First off, when you get into a fight (physical or verbal) and you come out beat up, it doesn't matter if you 'Won' or not...
You still get beat up, and you still look like an A-hole to most people that see/hear about it.
These would be people I actually care about their opinions.

The other way to look at it is,
A grudge is REALLY heavy to carry around for years or decades,
While the person you have the grudge with could probably care less, or is amused/entertained knowing you are still boiling about it.

The way I've come to view things is, there are people that simply aren't worth my time in any way.
When I'm done with someone that's it, I don't waste my time, they simply aren't worth a penny of my money, a second of my time or a second of my sleep.

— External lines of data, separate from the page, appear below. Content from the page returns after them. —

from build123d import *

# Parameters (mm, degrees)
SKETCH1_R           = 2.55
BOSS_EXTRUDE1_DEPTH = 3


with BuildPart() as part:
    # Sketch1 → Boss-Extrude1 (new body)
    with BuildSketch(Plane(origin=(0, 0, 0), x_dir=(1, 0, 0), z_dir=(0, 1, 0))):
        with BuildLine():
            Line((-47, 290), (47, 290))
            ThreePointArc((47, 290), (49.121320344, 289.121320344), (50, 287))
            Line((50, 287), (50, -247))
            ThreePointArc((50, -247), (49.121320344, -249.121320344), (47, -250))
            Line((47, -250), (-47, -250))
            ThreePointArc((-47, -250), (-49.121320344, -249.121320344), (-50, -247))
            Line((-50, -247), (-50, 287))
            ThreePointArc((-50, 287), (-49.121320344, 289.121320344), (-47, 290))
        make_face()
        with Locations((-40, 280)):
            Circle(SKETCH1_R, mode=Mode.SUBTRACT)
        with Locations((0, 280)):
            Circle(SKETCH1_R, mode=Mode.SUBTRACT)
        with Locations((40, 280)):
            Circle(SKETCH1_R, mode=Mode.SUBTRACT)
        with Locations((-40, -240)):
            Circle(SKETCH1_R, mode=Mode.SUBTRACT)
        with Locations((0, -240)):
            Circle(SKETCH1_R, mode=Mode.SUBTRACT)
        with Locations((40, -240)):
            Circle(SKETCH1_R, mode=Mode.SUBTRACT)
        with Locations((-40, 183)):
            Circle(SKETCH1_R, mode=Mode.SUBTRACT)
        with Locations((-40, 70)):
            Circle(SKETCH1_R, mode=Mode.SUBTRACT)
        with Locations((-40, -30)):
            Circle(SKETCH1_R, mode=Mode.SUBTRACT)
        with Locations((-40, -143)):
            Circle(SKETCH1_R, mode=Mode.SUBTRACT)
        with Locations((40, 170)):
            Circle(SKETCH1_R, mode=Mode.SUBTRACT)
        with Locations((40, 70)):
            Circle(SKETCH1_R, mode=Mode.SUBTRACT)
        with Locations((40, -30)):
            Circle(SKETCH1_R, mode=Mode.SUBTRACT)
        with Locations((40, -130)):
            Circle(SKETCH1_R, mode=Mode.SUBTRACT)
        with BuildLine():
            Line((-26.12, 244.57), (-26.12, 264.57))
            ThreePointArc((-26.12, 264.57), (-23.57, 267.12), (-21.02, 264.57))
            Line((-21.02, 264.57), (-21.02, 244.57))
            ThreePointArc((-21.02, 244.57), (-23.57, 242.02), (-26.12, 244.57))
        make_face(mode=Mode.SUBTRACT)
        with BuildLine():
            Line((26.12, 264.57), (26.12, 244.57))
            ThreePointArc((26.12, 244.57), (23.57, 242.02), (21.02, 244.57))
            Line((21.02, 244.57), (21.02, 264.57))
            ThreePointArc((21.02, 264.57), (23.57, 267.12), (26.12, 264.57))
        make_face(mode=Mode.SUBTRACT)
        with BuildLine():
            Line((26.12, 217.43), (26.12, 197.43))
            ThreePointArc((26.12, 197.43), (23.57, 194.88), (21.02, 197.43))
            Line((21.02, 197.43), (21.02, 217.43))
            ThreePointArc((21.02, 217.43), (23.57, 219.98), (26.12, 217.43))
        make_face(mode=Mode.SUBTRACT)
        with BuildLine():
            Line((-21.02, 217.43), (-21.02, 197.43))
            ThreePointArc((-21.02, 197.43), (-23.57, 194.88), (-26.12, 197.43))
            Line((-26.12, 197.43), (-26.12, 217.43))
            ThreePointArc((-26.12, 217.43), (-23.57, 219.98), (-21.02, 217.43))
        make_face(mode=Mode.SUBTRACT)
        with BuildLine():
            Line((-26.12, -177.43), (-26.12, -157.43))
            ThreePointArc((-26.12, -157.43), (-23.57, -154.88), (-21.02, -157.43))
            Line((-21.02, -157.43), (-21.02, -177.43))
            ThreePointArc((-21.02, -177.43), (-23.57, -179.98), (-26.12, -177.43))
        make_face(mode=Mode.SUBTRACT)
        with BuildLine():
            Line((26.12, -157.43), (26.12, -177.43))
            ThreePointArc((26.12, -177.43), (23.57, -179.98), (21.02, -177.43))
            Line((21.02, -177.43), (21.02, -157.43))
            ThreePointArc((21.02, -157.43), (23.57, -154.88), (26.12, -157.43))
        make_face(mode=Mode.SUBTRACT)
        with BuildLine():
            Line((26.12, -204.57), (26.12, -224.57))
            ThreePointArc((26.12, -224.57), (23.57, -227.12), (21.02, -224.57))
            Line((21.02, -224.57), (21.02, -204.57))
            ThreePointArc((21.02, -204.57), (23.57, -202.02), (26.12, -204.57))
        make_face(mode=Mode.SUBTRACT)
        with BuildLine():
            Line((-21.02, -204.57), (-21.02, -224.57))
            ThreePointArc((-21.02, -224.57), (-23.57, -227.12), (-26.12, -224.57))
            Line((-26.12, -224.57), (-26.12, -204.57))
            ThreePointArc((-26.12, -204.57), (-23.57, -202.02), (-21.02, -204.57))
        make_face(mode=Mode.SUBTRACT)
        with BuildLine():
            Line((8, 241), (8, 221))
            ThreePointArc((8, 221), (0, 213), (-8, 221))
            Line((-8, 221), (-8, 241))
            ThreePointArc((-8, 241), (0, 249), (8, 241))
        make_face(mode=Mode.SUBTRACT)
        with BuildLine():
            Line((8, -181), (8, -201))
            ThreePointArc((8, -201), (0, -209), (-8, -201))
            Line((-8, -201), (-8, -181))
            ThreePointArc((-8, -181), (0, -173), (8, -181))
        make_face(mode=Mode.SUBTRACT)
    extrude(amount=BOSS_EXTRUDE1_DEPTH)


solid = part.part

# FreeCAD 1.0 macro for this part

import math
import FreeCAD as App
import Part
import Sketcher
from FreeCAD import Vector

doc = App.newDocument("Part")
params = doc.addObject("Spreadsheet::Sheet", "Params")
for row, (alias, value) in enumerate([
    ("sketch1_radius", "3 mm"),
    ("sketch1_radius2", "8 mm"),
    ("sketch1_diameter", "5.1 mm"),
    ("sketch1_width", "94 mm"),
    ("sketch1_height", "534 mm"),
    ("pad1_length", "3 mm"),
], start=1):
    params.set(f"A{row}", alias)
    params.set(f"B{row}", "=" + value)
    params.setAlias(f"B{row}", alias)

body = doc.addObject("PartDesign::Body", "Body")

# Sketch on XZ plane
sketch1 = body.newObject("Sketcher::SketchObject", "Sketch")
sketch1.AttachmentSupport = (doc.getObject("XZ_Plane"), [""])
sketch1.MapMode = "FlatFace"
sketch1.addGeometry([
    Part.LineSegment(Vector(47, -290, 0), Vector(-47, -290, 0)),  # 0
    Part.ArcOfCircle(Part.Circle(Vector(-47, -287, 0), Vector(0, 0, 1), 3), math.radians(180), math.radians(270)),  # 1
    Part.LineSegment(Vector(-50, -287, 0), Vector(-50, 247, 0)),  # 2
    Part.ArcOfCircle(Part.Circle(Vector(-47, 247, 0), Vector(0, 0, 1), 3), math.radians(90), math.radians(180)),  # 3
    Part.LineSegment(Vector(-47, 250, 0), Vector(47, 250, 0)),  # 4
    Part.ArcOfCircle(Part.Circle(Vector(47, 247, 0), Vector(0, 0, 1), 3), math.radians(0), math.radians(90)),  # 5
    Part.LineSegment(Vector(50, 247, 0), Vector(50, -287, 0)),  # 6
    Part.ArcOfCircle(Part.Circle(Vector(47, -287, 0), Vector(0, 0, 1), 3), math.radians(-90), math.radians(0)),  # 7
    Part.Circle(Vector(40, 240, 0), Vector(0, 0, 1), 2.5),  # 8
    Part.LineSegment(Vector(26.1, 204.6, 0), Vector(26.1, 224.6, 0)),  # 9
    Part.ArcOfCircle(Part.Circle(Vector(23.6, 224.6, 0), Vector(0, 0, 1), 2.5), math.radians(0), math.radians(180)),  # 10
    Part.LineSegment(Vector(21, 224.6, 0), Vector(21, 204.6, 0)),  # 11
    Part.ArcOfCircle(Part.Circle(Vector(23.6, 204.6, 0), Vector(0, 0, 1), 2.5), math.radians(180), math.radians(360)),  # 12
    Part.Circle(Vector(40, 130, 0), Vector(0, 0, 1), 2.5),  # 13
    Part.LineSegment(Vector(26.1, 157.4, 0), Vector(26.1, 177.4, 0)),  # 14
    Part.ArcOfCircle(Part.Circle(Vector(23.6, 177.4, 0), Vector(0, 0, 1), 2.5), math.radians(0), math.radians(180)),  # 15
    Part.LineSegment(Vector(21, 177.4, 0), Vector(21, 157.4, 0)),  # 16
    Part.ArcOfCircle(Part.Circle(Vector(23.6, 157.4, 0), Vector(0, 0, 1), 2.5), math.radians(180), math.radians(360)),  # 17
    Part.Circle(Vector(0, 240, 0), Vector(0, 0, 1), 2.5),  # 18
    Part.LineSegment(Vector(8, 181, 0), Vector(8, 201, 0)),  # 19
    Part.ArcOfCircle(Part.Circle(Vector(0, 201, 0), Vector(0, 0, 1), 8), math.radians(0), math.radians(180)),  # 20
    Part.LineSegment(Vector(-8, 201, 0), Vector(-8, 181, 0)),  # 21
    Part.ArcOfCircle(Part.Circle(Vector(0, 181, 0), Vector(0, 0, 1), 8), math.radians(180), math.radians(360)),  # 22
    Part.Circle(Vector(40, 30, 0), Vector(0, 0, 1), 2.5),  # 23
    Part.LineSegment(Vector(-21, 204.6, 0), Vector(-21, 224.6, 0)),  # 24
    Part.ArcOfCircle(Part.Circle(Vector(-23.6, 224.6, 0), Vector(0, 0, 1), 2.5), math.radians(0), math.radians(180)),  # 25
    Part.LineSegment(Vector(-26.1, 224.6, 0), Vector(-26.1, 204.6, 0)),  # 26
    Part.ArcOfCircle(Part.Circle(Vector(-23.6, 204.6, 0), Vector(0, 0, 1), 2.5), math.radians(180), math.radians(360)),  # 27
    Part.Circle(Vector(-40, 240, 0), Vector(0, 0, 1), 2.5),  # 28
    Part.LineSegment(Vector(-26.1, 177.4, 0), Vector(-26.1, 157.4, 0)),  # 29
    Part.ArcOfCircle(Part.Circle(Vector(-23.6, 157.4, 0), Vector(0, 0, 1), 2.5), math.radians(180), math.radians(360)),  # 30
    Part.LineSegment(Vector(-21, 157.4, 0), Vector(-21, 177.4, 0)),  # 31
    Part.ArcOfCircle(Part.Circle(Vector(-23.6, 177.4, 0), Vector(0, 0, 1), 2.5), math.radians(0), math.radians(180)),  # 32
    Part.Circle(Vector(-40, 143, 0), Vector(0, 0, 1), 2.5),  # 33
    Part.Circle(Vector(-40, 30, 0), Vector(0, 0, 1), 2.5),  # 34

I know some guys that had bad divorces, and HOPE the Ex's face catches fire so they can beat it out with a rake,
I've never had an Ex that kept me in court and away from my kids (no kids) so I haven't experienced that level of systematic harassment...

I probably have 'The List' some people do,
Where if the doctor said you had 'X' amount of weeks to live with no chance of recovery, taking *Some* people out before I kicked the bucket should be considered a public service, but like most people I don't think I'd ever act on it...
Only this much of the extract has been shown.